GBP/EUR Exchange Rate Rangebound as Contraction is ‘Milder’ Than Expected for German Economy
The Pound to Euro (GBP/EUR) exchange rate held steady today, with the pairing currently fluctuating around €1.108.
The Euro (EUR) struggled following this morning’s release of the latest German GDP figure for the second quarter, which fell from -2% to -9.7% quarter-on-quarter. The year-on-year figure also plummeted to -11.3%.
Carsten Brzeski, chief economist at ING, commented on the data:
‘The contraction of the economy was somewhat milder than in the first estimate, illustrating how difficult it currently is to capture the lockdown-driven swings in any economy with traditional macro models. […] The only good thing about all this data is that it provides a final glance in the rear-view mirror.

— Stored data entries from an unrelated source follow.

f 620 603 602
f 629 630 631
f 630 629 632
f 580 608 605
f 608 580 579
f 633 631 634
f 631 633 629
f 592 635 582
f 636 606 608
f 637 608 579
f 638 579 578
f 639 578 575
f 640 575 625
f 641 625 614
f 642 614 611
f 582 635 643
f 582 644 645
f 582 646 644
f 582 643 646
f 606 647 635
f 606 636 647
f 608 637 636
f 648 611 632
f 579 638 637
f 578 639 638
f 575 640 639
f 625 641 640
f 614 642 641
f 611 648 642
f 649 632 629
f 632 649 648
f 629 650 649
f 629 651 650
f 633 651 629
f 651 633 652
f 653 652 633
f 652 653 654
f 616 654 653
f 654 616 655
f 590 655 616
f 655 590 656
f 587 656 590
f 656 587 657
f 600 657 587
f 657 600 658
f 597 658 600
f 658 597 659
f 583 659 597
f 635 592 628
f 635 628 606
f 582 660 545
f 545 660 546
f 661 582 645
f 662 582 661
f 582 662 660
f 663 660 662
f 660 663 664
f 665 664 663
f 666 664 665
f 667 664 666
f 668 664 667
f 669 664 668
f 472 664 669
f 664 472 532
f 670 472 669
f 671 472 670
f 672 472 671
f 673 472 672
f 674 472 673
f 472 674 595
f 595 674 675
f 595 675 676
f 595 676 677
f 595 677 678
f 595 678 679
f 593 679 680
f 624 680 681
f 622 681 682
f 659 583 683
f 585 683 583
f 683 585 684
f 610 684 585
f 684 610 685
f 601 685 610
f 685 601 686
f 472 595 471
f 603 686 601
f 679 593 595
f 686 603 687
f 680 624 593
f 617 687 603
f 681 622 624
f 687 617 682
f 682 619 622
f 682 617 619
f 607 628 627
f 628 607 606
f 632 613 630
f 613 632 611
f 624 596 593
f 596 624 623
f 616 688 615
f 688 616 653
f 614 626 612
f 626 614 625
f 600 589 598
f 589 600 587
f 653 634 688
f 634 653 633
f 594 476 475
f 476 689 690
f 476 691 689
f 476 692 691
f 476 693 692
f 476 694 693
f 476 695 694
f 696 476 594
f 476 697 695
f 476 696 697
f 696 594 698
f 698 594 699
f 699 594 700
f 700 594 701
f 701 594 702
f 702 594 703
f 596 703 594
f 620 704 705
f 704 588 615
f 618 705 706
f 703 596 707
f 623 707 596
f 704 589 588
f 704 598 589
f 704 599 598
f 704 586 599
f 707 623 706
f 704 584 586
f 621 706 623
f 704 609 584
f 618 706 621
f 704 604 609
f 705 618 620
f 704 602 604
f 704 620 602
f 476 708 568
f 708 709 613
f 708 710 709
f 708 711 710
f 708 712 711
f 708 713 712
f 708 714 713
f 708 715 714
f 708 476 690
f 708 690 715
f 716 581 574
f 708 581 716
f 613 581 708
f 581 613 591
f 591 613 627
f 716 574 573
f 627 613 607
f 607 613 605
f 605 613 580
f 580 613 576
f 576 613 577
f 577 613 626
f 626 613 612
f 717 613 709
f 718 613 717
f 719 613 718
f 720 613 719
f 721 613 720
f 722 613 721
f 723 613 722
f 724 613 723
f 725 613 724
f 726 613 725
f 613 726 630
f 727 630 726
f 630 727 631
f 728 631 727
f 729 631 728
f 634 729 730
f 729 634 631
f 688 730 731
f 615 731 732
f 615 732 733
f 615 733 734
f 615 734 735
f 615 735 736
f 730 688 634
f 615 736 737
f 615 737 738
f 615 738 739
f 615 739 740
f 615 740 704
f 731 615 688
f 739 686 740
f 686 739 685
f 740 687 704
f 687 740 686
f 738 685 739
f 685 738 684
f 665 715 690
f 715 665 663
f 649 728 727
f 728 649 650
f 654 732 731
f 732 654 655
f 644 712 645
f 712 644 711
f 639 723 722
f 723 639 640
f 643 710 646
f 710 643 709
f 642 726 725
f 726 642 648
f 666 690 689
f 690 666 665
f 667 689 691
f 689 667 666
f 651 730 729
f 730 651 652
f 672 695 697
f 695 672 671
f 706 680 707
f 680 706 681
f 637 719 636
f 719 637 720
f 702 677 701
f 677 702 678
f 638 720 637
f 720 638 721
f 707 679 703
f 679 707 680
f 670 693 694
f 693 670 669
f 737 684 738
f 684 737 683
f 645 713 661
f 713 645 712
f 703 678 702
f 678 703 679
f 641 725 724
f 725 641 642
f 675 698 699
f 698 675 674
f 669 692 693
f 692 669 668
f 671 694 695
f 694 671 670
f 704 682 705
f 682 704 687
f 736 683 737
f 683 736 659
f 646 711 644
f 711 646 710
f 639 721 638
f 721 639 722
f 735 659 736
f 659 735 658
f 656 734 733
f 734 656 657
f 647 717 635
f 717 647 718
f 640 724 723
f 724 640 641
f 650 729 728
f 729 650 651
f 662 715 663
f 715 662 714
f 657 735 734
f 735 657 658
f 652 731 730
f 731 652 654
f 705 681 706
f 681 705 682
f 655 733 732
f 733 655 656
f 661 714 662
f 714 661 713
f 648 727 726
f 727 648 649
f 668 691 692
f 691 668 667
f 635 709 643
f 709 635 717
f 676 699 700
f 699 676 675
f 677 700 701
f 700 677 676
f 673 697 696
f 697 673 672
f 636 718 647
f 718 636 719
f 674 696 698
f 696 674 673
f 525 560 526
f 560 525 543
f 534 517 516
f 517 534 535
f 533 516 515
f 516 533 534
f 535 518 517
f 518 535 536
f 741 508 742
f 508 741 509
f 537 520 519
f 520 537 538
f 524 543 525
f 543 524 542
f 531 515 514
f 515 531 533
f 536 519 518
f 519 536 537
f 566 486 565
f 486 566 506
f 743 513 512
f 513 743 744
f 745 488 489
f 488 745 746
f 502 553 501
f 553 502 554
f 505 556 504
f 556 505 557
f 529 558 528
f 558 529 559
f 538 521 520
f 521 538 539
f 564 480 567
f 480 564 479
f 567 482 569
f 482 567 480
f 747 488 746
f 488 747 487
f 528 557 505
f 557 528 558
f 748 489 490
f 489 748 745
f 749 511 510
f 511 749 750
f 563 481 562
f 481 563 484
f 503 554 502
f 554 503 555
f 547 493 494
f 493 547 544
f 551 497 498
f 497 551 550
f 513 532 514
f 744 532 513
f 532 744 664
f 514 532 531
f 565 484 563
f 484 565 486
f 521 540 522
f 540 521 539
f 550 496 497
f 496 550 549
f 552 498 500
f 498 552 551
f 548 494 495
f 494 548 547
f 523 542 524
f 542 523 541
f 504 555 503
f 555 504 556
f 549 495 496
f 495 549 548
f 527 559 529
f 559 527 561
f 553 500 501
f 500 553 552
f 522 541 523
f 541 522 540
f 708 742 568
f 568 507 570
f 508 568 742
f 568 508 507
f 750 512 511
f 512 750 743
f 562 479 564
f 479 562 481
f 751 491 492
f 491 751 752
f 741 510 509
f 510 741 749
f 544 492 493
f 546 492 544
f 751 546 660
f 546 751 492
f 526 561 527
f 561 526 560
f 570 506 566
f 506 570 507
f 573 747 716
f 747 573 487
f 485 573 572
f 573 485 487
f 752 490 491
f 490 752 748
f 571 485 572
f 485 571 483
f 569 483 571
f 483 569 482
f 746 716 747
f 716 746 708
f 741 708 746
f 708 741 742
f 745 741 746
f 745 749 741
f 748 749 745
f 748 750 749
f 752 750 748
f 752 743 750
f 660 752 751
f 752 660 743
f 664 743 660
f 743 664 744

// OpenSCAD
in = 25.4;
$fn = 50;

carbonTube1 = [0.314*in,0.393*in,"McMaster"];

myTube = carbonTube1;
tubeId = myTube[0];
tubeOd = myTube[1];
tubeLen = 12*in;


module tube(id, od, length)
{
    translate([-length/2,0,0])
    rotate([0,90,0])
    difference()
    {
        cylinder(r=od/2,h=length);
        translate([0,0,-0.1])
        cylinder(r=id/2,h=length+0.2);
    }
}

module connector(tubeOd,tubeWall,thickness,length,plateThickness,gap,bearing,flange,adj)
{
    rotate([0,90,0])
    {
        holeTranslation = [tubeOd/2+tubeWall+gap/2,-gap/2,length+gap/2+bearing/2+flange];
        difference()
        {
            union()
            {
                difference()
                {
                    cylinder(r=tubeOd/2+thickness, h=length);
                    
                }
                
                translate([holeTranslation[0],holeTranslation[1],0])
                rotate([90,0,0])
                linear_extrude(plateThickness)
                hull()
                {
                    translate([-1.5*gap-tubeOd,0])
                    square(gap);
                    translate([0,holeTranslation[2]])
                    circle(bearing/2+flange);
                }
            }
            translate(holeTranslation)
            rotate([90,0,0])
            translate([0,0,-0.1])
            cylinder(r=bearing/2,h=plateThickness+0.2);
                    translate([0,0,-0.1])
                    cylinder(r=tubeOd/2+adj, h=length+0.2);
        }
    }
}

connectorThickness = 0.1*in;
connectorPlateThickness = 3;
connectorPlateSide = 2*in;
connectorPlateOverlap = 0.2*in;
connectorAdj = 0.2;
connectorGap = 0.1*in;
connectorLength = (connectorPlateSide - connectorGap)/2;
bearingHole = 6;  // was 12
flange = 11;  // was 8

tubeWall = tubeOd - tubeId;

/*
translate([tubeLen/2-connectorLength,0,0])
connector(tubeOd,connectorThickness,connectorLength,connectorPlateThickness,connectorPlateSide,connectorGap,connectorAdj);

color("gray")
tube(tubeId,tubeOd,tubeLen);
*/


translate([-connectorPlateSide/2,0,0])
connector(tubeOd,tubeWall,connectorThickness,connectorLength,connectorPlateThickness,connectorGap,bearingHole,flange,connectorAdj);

‘Looking ahead, it does not take a rocket scientist to predict that the economy will have one of its best quarterly performances ever in the third quarter.
‘At the same time, however, the structural impact of the crisis is also surfacing, limiting too much growth enthusiasm.’
Today also saw the release of the German IFO business climate figure for August, which beat forecasts and rose from 90.5 to 92.6. As a result, the single currency has held steady against the Pound (GBP) as optimism remains over a possible recovery for the Eurozone’s largest economy.
Pound (GBP) Steady as EU Warns of Being ‘Cold-Blooded’ With UK Over Brexit
The Pound (GBP) failed to gain on the Euro (EUR) today following the European Union’s chief negotiator Michel Barnier’s call for the EU to be ‘cold-blooded’ with the UK as the Brexit trade deal deadline approaches.
Sterling traders are cautious as the UK looks set to leave the EU without a deal on December 31st.
Meanwhile, the UK continues to face an unemployment crisis that is hampering any upside in the GBP/EUR exchange rate. Many analysts fear that mass redundancies could appear next week. This would further drag down confidence in the British economy as the furlough scheme eases off.
Garry Young, NIESR deputy director, predicted in July:
‘Unemployment is going to rise to about 10% by the end of this year, before dropping back next year, and we think that an extension of the furlough scheme would have been a relatively inexpensive way to limit that rise in unemployment.’
In UK economic news, today will see the release of August’s CBI Distributive Trades Survey. If this confirms consensus and rises from 4% to 8%, then we could see the GBP/EUR exchange rate edge higher.
GBP/EUR Outlook: Could a Bullish European Central Bank Speech Boost the Euro?
Pound (GBP) investors will be looking ahead to a speech by Bank of England’s (BoE) Chief Economist Andrew Haldane tomorrow. Any dovishness about the British economy, however, would drag down Sterling.
Meanwhile, EUR traders will be paying close attention to Isabel Schnabel, the member of the European Central Bank’s executive board. If she is notably upbeat about the Eurozone’s ability to recover its economy, then we could see EUR rise.